Member of the Oregon Senate from the 6th district
- In office 1897–1900
- Preceded by: J. W. Maxwell
- Succeeded by: William H. Wehrung

Personal details
- Born: December 16, 1857 Belmont County, Ohio
- Died: February 7, 1932 (aged 74) Everett, Washington
- Party: Republican
- Spouse: Charlotte Wehrung
- Occupation: Businessman

= George W. Patterson (Oregon politician) =

American politician

George W. Patterson (December 16, 1857 – February 7, 1932) was an American businessman and politician in the U.S. state of Oregon. A native of Ohio, he was a Republican member of the Oregon State Senate in the 1890s.

==Early life==
George W. Patterson was born on December 16, 1857, in Belmont County, Ohio, to David Patterson and Eunice Starbuck. About 1879 he moved to Oregon, settling in Washington County at Hillsboro. In Hillsboro, he established himself as an undertaker, contractor, carpenter, and furniture dealer. Patterson also served as president of the Hillsboro Club.

In 1879, Patterson married Charlotte Wehrung, daughter of Henry Wehrung on November 19, and they had two children. He purchased a lot at Fifth and Southeast Washington Street in downtown Hillsboro from his new father-in-law in 1880 and built a new home. In time, Patterson became president of the Hillsboro Furniture and Hardware Company.

==Political career==
On December 5, 1881, he started his political career when he was elected to the Hillsboro Board of Trustees (now city council). He was re-elected the next year, but the following year he was not re-elected during the city's main election. Instead, there was a vacant seat after the December 8, 1883, election, so Patterson was elected on December 10 to fill the seat, although he resigned on April 4, 1884, and was replaced by Charles T. Tozier.
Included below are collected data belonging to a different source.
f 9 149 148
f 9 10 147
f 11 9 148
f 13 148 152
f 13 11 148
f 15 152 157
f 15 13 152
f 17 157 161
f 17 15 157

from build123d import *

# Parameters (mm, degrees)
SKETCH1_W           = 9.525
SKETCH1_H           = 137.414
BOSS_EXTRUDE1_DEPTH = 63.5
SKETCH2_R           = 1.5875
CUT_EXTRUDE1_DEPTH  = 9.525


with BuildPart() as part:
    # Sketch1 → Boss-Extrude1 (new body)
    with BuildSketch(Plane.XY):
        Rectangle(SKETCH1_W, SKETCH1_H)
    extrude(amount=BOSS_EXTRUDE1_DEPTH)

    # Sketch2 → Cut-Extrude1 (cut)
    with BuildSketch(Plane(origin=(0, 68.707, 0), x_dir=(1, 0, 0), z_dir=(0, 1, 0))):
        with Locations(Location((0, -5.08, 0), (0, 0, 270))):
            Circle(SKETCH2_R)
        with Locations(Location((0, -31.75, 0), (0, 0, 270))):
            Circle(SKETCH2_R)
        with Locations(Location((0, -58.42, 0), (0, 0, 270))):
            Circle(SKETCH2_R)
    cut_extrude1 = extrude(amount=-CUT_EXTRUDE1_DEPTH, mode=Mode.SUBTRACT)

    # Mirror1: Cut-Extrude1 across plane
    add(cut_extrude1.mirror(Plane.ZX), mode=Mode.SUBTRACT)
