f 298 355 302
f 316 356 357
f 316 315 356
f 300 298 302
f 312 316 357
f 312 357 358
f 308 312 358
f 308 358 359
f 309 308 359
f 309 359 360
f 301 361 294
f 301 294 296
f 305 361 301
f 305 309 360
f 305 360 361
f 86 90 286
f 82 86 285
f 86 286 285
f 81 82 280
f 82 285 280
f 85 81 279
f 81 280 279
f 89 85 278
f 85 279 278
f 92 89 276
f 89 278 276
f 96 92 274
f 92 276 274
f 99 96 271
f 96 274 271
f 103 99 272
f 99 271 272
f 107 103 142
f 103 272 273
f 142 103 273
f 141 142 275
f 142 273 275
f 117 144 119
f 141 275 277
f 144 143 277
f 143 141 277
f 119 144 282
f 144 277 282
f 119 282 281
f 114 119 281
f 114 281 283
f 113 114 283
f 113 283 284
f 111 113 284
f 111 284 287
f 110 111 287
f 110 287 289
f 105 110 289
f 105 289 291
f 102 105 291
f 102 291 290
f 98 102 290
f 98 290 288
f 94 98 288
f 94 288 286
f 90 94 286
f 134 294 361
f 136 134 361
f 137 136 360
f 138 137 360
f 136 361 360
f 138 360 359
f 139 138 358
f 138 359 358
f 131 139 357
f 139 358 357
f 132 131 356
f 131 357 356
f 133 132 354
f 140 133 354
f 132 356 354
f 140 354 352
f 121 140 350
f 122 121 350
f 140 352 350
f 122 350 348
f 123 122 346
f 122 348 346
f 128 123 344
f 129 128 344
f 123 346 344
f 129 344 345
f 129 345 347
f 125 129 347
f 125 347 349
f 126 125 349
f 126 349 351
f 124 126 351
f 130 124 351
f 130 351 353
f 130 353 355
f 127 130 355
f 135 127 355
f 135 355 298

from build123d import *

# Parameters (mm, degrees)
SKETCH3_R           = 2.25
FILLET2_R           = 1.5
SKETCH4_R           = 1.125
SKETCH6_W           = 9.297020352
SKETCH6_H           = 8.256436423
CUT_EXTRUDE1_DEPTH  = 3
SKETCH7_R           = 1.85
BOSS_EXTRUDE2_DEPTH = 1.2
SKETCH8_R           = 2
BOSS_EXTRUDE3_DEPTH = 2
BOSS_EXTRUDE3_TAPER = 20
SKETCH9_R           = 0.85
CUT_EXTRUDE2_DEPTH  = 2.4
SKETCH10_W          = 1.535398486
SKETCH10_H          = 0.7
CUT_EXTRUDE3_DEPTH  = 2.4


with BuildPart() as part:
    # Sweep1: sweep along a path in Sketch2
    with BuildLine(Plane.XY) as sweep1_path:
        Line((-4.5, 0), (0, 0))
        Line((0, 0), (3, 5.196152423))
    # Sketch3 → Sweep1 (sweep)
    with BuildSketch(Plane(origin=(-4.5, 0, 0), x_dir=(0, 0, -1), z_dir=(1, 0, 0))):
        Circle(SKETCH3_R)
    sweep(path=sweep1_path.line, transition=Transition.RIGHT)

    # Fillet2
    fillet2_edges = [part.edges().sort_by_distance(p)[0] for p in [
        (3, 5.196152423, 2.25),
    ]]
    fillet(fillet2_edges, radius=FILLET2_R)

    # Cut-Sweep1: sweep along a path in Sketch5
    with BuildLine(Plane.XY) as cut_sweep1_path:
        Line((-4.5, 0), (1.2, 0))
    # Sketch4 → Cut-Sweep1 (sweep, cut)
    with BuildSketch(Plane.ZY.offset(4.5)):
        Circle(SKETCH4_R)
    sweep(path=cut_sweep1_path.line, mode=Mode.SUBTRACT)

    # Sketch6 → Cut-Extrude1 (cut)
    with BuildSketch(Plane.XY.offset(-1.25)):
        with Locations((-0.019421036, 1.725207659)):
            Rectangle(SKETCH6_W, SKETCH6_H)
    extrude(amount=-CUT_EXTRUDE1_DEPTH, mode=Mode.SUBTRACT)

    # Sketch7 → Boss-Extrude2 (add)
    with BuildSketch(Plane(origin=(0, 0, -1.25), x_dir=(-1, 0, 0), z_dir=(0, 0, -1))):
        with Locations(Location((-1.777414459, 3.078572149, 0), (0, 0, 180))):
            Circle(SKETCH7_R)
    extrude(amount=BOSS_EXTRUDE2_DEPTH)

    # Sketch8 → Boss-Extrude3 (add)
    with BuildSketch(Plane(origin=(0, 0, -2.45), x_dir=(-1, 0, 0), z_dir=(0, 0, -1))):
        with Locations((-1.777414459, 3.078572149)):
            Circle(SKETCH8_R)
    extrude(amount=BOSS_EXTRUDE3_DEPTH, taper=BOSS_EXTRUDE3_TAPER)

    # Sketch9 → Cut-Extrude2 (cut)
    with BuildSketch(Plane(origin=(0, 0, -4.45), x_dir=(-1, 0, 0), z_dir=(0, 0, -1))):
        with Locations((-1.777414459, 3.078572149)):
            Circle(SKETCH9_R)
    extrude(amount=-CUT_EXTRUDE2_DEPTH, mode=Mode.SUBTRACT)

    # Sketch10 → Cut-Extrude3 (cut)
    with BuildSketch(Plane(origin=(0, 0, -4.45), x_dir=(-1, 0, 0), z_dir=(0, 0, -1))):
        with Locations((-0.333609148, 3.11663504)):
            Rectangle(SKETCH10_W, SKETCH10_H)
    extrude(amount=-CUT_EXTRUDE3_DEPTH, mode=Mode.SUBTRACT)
Patterson then served six years as the treasurer for Hillsboro, and five year as a school director. A Republican, he won election to the Oregon State Senate in 1896 representing District 6 that included Columbia, Tillamook, and Washington counties. In the Senate, he served on the Horticulture Committee, Railroads Committee, and in 1899 was chair of the committee on enrolled bills. Patterson remained in the Senate through the 1899 Legislature. In January 1899, he sponsored a bill to incorporate what was then the Town of Hillsboro, which was signed into law on February 7.

==Later life and death==
He also owned land near Yamhill, Oregon, and Terrebonne, Oregon. Wife Charlotte died on October 24, 1926. George Patterson died on February 7, 1932, in Everett, Washington, at the age of 74.